Someone who’s had some weird romance arcs in his time is Junior, Dick Tracy’s son in the comic strip Dick Tracy. Long ago he was married to Moon Maid, daughter of the Governor of the Moon, and he had a half-Lunarian daughter with her, but then she got blown up by a car bomb meant for him. Later he married Sparkle Plenty, daughter of comical rustics B.O. and Gertie Plenty; that relationship was briefly thrown into turmoil when Moon Maid seemed to reappear, but then it turned out some gangster had modified his hapless girlfriend with Lunarian DNA, and the poor woman eventually changed her name to “Mysta Chimera” and accommodated herself to her new life as a hideous genetic abomination and platonic pal to Junior and his family. However … is there a new contender for his love? How else do you explain that he’s chosen a tastefully glamorous photo of Rikki Mortis, the goth lover of notorious corpse-criminal Abner Kadaver, as his desktop wallpaper?
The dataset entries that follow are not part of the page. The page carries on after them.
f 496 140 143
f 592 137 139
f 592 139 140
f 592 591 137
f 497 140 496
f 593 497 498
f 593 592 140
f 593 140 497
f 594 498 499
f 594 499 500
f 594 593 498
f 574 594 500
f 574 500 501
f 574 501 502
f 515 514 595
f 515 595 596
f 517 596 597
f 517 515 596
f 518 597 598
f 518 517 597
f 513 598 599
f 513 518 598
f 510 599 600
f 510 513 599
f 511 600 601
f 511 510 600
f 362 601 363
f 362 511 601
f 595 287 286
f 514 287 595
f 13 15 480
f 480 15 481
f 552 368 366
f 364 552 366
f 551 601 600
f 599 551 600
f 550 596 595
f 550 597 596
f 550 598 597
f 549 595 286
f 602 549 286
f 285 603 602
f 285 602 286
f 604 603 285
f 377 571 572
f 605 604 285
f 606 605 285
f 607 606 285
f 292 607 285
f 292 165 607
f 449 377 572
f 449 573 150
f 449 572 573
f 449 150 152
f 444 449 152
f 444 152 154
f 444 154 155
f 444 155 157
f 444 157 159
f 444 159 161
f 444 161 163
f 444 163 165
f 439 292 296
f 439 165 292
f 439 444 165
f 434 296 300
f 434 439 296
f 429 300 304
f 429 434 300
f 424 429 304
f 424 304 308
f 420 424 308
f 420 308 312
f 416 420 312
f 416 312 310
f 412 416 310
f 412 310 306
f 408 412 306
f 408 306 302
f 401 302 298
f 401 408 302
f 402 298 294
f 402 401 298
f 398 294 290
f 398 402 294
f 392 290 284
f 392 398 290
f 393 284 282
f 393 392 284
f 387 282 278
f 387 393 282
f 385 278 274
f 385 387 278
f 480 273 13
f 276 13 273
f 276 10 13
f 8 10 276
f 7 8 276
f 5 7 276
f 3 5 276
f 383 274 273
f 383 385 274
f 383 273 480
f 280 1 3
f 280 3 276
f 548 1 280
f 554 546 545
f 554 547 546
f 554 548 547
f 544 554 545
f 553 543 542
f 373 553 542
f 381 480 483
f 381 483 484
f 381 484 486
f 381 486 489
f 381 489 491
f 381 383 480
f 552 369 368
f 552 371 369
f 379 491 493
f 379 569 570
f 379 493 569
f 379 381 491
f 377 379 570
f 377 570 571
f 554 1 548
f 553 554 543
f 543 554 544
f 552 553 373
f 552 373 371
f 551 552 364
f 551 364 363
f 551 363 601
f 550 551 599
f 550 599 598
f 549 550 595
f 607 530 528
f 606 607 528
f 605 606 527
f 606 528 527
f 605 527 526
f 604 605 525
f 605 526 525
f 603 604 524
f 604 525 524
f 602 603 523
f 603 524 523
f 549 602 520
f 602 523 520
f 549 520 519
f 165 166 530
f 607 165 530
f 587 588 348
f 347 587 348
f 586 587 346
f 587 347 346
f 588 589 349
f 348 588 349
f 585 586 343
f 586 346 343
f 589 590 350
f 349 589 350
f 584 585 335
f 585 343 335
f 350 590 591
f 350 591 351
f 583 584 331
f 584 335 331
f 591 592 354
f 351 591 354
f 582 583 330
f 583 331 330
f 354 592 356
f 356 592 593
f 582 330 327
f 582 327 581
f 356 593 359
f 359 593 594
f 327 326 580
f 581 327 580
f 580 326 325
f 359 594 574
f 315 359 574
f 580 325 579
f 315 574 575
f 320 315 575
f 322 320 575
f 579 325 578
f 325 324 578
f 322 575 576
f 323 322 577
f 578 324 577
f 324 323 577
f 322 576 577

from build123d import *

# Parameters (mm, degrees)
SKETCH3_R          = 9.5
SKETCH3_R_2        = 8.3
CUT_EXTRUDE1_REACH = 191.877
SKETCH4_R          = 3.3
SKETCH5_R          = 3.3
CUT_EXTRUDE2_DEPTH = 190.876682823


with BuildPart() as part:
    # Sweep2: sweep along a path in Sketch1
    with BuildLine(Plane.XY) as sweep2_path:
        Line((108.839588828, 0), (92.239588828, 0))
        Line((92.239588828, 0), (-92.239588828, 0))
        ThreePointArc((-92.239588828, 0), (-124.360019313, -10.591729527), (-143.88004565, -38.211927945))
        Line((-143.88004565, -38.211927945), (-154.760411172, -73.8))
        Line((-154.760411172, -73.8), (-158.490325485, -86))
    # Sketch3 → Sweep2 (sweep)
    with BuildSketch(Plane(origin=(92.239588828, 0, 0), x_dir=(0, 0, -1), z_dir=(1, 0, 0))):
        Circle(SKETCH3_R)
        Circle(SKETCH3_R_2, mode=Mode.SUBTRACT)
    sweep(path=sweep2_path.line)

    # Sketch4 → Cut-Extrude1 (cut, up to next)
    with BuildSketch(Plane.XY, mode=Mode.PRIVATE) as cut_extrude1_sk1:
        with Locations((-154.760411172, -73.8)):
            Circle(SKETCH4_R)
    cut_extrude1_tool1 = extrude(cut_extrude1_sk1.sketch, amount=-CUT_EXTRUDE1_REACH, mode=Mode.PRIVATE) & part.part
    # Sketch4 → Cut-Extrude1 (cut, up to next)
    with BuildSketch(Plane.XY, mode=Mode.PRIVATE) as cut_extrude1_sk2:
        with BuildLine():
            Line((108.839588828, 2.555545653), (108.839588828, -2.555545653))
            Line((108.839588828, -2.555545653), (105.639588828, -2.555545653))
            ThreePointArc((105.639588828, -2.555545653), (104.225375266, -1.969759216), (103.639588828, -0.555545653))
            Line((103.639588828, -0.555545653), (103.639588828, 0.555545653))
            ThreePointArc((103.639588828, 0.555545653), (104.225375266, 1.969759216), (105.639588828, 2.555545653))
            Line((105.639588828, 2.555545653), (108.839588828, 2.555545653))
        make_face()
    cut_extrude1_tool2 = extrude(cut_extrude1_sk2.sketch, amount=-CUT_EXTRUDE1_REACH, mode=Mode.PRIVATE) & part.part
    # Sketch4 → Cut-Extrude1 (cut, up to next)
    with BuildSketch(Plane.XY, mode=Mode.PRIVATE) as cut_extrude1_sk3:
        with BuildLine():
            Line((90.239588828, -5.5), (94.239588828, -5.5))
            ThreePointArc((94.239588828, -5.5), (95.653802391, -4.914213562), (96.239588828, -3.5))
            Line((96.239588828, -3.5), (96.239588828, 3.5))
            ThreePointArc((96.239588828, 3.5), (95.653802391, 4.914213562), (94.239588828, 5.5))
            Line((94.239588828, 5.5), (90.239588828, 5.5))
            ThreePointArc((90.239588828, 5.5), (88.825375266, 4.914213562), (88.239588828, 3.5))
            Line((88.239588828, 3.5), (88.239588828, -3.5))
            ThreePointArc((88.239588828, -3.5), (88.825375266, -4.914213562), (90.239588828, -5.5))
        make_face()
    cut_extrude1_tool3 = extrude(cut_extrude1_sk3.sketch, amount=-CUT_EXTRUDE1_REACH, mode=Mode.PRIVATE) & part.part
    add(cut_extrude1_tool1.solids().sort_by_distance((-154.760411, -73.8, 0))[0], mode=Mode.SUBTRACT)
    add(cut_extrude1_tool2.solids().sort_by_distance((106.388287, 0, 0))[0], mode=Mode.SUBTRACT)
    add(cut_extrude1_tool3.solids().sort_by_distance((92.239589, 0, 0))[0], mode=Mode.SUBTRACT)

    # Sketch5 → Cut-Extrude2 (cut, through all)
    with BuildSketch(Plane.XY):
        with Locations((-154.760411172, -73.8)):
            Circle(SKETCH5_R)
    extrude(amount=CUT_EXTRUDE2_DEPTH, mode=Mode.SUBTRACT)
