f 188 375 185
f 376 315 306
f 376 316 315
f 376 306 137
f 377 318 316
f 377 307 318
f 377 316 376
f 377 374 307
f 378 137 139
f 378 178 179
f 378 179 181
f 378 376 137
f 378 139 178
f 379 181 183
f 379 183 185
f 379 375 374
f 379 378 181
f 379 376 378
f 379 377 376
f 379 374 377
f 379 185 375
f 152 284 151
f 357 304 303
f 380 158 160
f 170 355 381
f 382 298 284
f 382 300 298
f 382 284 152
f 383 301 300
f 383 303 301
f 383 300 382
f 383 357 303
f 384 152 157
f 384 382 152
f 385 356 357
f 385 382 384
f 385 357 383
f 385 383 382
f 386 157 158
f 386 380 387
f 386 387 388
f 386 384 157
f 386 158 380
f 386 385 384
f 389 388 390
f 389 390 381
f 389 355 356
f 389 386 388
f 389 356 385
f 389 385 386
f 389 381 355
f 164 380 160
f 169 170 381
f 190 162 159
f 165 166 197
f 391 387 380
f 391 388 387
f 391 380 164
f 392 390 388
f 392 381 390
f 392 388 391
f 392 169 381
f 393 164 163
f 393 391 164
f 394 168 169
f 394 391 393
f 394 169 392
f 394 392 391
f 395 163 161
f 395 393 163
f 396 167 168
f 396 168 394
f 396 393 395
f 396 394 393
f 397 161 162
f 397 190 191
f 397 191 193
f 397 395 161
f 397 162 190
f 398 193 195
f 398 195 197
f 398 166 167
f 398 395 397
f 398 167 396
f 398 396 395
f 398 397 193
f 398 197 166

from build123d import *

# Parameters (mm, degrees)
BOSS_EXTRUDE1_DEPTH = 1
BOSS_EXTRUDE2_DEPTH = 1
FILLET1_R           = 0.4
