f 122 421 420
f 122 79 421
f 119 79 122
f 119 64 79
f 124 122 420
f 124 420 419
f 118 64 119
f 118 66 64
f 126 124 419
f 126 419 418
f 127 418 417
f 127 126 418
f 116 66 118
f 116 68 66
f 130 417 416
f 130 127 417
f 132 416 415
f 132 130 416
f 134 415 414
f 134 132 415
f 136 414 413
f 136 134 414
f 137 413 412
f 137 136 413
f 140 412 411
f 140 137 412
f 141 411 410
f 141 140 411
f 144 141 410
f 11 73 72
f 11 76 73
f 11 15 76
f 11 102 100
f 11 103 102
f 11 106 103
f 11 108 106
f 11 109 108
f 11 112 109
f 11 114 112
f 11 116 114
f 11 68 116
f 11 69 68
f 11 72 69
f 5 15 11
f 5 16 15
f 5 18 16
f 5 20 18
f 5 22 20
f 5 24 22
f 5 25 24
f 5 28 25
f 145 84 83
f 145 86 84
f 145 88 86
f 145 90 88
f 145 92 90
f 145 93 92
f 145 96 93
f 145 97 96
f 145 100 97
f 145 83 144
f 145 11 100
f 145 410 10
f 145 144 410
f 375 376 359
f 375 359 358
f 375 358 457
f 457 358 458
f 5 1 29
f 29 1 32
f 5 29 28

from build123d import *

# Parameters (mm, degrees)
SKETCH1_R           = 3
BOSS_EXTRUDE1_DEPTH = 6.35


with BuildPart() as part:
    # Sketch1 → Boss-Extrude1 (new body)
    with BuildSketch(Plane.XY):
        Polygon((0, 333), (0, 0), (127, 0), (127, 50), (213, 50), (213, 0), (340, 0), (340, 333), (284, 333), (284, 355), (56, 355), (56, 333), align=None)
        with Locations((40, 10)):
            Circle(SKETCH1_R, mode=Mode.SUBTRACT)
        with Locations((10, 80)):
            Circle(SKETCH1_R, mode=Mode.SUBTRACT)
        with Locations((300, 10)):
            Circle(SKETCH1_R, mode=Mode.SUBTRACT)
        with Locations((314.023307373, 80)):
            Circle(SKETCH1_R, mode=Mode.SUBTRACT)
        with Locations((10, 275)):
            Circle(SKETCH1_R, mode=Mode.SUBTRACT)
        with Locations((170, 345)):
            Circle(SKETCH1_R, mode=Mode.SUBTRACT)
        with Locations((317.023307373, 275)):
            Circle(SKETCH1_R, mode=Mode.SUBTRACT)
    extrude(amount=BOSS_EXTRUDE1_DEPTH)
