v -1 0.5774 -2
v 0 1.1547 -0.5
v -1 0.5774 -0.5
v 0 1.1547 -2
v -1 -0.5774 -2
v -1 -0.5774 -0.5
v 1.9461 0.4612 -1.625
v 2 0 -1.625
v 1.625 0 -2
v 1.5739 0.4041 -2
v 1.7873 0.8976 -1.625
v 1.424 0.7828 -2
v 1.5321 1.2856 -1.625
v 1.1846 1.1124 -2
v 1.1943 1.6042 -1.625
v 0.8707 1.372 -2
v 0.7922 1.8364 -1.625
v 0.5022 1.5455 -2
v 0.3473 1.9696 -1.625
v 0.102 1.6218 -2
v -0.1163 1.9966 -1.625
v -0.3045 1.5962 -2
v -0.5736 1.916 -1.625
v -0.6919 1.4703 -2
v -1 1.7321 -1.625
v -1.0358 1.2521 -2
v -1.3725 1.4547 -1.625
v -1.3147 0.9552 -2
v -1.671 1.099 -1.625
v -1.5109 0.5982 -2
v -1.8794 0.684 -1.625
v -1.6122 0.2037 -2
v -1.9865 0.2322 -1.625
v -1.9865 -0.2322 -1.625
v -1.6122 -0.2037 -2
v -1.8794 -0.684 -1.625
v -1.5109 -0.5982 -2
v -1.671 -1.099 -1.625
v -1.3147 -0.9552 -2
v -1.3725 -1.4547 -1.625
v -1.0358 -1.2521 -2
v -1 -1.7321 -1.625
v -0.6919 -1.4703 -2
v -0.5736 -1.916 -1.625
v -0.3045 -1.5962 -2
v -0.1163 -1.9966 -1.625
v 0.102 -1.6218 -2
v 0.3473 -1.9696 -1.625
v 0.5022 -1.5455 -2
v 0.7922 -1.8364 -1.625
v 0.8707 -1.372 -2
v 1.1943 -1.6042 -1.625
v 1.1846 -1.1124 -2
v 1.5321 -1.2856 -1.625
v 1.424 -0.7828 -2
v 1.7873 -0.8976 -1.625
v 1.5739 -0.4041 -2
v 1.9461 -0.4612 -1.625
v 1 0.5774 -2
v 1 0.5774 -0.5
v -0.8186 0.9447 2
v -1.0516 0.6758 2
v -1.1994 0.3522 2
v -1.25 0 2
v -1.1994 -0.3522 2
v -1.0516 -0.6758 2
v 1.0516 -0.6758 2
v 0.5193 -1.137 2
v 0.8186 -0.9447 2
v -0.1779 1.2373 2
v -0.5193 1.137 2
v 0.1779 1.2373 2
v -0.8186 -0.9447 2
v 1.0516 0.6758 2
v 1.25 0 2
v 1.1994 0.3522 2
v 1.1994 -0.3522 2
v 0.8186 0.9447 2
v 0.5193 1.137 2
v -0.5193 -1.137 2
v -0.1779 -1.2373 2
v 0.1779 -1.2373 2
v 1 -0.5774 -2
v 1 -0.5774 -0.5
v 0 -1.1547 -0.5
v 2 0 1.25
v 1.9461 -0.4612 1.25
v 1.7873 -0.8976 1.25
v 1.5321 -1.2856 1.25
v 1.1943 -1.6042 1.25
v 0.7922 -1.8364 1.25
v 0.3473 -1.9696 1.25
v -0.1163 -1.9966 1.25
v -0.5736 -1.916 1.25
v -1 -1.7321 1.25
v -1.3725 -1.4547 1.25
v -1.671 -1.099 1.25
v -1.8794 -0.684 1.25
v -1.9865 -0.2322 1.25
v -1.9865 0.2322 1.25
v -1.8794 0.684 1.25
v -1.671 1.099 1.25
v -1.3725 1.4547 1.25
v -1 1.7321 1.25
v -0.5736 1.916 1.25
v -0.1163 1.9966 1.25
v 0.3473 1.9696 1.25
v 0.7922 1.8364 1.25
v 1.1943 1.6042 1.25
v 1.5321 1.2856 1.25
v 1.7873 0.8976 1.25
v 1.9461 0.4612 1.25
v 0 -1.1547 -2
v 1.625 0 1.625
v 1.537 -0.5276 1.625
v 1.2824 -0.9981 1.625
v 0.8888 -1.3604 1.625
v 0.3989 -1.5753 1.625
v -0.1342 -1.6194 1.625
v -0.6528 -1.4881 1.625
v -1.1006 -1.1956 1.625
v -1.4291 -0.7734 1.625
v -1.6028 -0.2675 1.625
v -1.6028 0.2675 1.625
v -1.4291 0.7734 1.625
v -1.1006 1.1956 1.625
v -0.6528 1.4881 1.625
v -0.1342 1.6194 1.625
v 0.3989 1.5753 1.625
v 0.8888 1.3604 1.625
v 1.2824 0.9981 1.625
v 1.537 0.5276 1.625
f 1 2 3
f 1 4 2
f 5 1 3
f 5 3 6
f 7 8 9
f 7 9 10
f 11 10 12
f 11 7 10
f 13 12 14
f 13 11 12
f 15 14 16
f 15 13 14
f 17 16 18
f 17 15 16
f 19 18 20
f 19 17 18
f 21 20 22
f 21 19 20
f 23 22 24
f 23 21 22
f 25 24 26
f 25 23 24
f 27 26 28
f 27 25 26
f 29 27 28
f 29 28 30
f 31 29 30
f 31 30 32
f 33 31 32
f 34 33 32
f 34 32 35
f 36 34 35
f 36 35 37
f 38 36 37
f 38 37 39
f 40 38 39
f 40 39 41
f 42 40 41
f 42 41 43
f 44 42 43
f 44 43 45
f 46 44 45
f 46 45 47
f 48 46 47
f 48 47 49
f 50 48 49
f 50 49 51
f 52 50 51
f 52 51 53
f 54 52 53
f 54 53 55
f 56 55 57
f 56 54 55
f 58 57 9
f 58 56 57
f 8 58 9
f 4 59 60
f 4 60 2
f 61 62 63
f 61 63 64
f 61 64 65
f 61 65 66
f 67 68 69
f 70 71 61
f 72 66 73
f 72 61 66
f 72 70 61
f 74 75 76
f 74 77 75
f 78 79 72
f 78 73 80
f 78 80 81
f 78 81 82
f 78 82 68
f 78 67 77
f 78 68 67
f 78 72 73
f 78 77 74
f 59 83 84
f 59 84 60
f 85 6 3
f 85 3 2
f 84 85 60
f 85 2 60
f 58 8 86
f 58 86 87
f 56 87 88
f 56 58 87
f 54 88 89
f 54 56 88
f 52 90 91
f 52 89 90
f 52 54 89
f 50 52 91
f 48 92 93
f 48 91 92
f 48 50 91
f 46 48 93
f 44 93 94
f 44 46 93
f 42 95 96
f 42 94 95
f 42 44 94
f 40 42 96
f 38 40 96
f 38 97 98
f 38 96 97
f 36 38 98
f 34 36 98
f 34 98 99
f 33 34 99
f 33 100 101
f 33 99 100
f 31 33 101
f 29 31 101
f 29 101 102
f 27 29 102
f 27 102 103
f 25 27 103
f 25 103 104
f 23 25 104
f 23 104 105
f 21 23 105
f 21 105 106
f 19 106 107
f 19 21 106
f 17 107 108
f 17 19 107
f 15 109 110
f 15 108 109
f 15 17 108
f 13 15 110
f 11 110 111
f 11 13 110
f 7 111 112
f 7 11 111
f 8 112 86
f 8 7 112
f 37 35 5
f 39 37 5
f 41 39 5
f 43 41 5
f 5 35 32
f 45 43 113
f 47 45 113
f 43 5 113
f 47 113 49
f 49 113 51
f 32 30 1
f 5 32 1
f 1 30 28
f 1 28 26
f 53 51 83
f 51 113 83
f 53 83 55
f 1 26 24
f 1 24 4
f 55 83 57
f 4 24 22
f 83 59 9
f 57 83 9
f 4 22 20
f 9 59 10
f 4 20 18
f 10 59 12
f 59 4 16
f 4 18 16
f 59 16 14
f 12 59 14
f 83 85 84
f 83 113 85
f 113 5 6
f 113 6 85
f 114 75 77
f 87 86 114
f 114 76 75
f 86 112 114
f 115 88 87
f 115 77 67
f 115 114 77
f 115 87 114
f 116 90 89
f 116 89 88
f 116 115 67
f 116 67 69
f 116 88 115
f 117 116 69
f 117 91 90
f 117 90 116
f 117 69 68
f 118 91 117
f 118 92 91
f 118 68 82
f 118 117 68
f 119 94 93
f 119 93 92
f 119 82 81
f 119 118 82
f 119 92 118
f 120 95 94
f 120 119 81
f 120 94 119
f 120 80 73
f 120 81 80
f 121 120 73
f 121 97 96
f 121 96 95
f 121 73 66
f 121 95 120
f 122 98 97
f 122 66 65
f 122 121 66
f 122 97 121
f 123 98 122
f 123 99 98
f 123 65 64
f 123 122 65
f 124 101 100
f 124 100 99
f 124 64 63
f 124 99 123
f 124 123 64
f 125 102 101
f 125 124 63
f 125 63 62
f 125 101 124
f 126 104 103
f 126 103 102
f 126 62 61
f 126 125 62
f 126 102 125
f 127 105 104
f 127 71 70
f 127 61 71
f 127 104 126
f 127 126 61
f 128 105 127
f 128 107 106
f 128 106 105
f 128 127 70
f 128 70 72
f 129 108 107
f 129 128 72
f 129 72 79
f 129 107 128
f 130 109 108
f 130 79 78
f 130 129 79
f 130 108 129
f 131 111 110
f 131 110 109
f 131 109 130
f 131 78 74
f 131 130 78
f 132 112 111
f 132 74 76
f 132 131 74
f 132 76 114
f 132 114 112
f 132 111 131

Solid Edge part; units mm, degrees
sketch "Sketch1" plane through (0, 0, 0) normal (0, -1, 0) x (1, 0, 0)
  line L0 (0, 2) -> (2, 2)
  line L1 (2, 2) -> (2, -2)
  line L2 (2, -2) -> (0, -2)
  dimension "D1" = 4
revolve "RevolvedProtrusion1" add sketch "Sketch1" angle 360 about axis through (0, 0, -2) along (0, 0, 1)
chamfer "Chamfer1" distance 0.75 angle 45 1 edges at (-2, 0, 2)
chamfer "Chamfer_2" distance 0.375 angle 45 1 edges at (-2, 0, -2)
cosmetic_thread "Thread1" size "M4"
sketch "Sketch2" plane through (0, 0, -2) normal (0, 0, -1) x (-1, 0, 0)
  line L0 (1, 0.5774) -> (1, -0.5774)
  line L1 (1, -0.5774) -> (0, -1.1547)
  line L2 (0, -1.1547) -> (-1, -0.5774)
  line L3 (-1, -0.5774) -> (-1, 0.5774)
  line L4 (-1, 0.5774) -> (0, 1.1547)
  line L5 (0, 1.1547) -> (1, 0.5774)
  dimension "D1" = 2
extrude "ExtrudedCutout_1" cut sketch "Sketch2" against normal blind 1.5
properties material "Stainless steel"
More on this Tracy family romantic drama as it (probably fails to) develop!

Hi and Lois, 8/26/24

One thing I love about legacy comics is how they freeze certain stereotyped images and settings in amber, even when the journeyman artists and writers tasked with churning out the comics are young enough that they themselves only remember them from older comics. One example is the idea, omnipresent in the comics, that upscale fine dining restaurants feature plush decor and white tablecloths; in fact, that hasn’t been true for newer restaurants since the ’90s, and even the old timers have mostly transitioned to the new aesthetics, which are all about high ceilings and hard, industrial-style surfaces. A 2018 Atlantic article that I think about all the time chronicles this transition and points out that the result is a much louder dining experience, which restaurants like because it’s less conducive to sitting around pleasantly chatting and thus increases customer turnover and restaurant profits. Anyway, I was reminded of this today because another aspect of modern restaurant design is that it features large, open, continuous spaces instead of the warren of rooms you might have found in a traditional eatery, so there’s no longer any place to stash the Flagston family where the other, more desirable patrons can’t see or hear them.

Mary Worth, 8/26/24

I dunno, Ed, this seems like a great way to show up at your wedding and discover that the theme is “WHY WON’T MY NEW HUSBAND PAY ATTENTION TO ME????”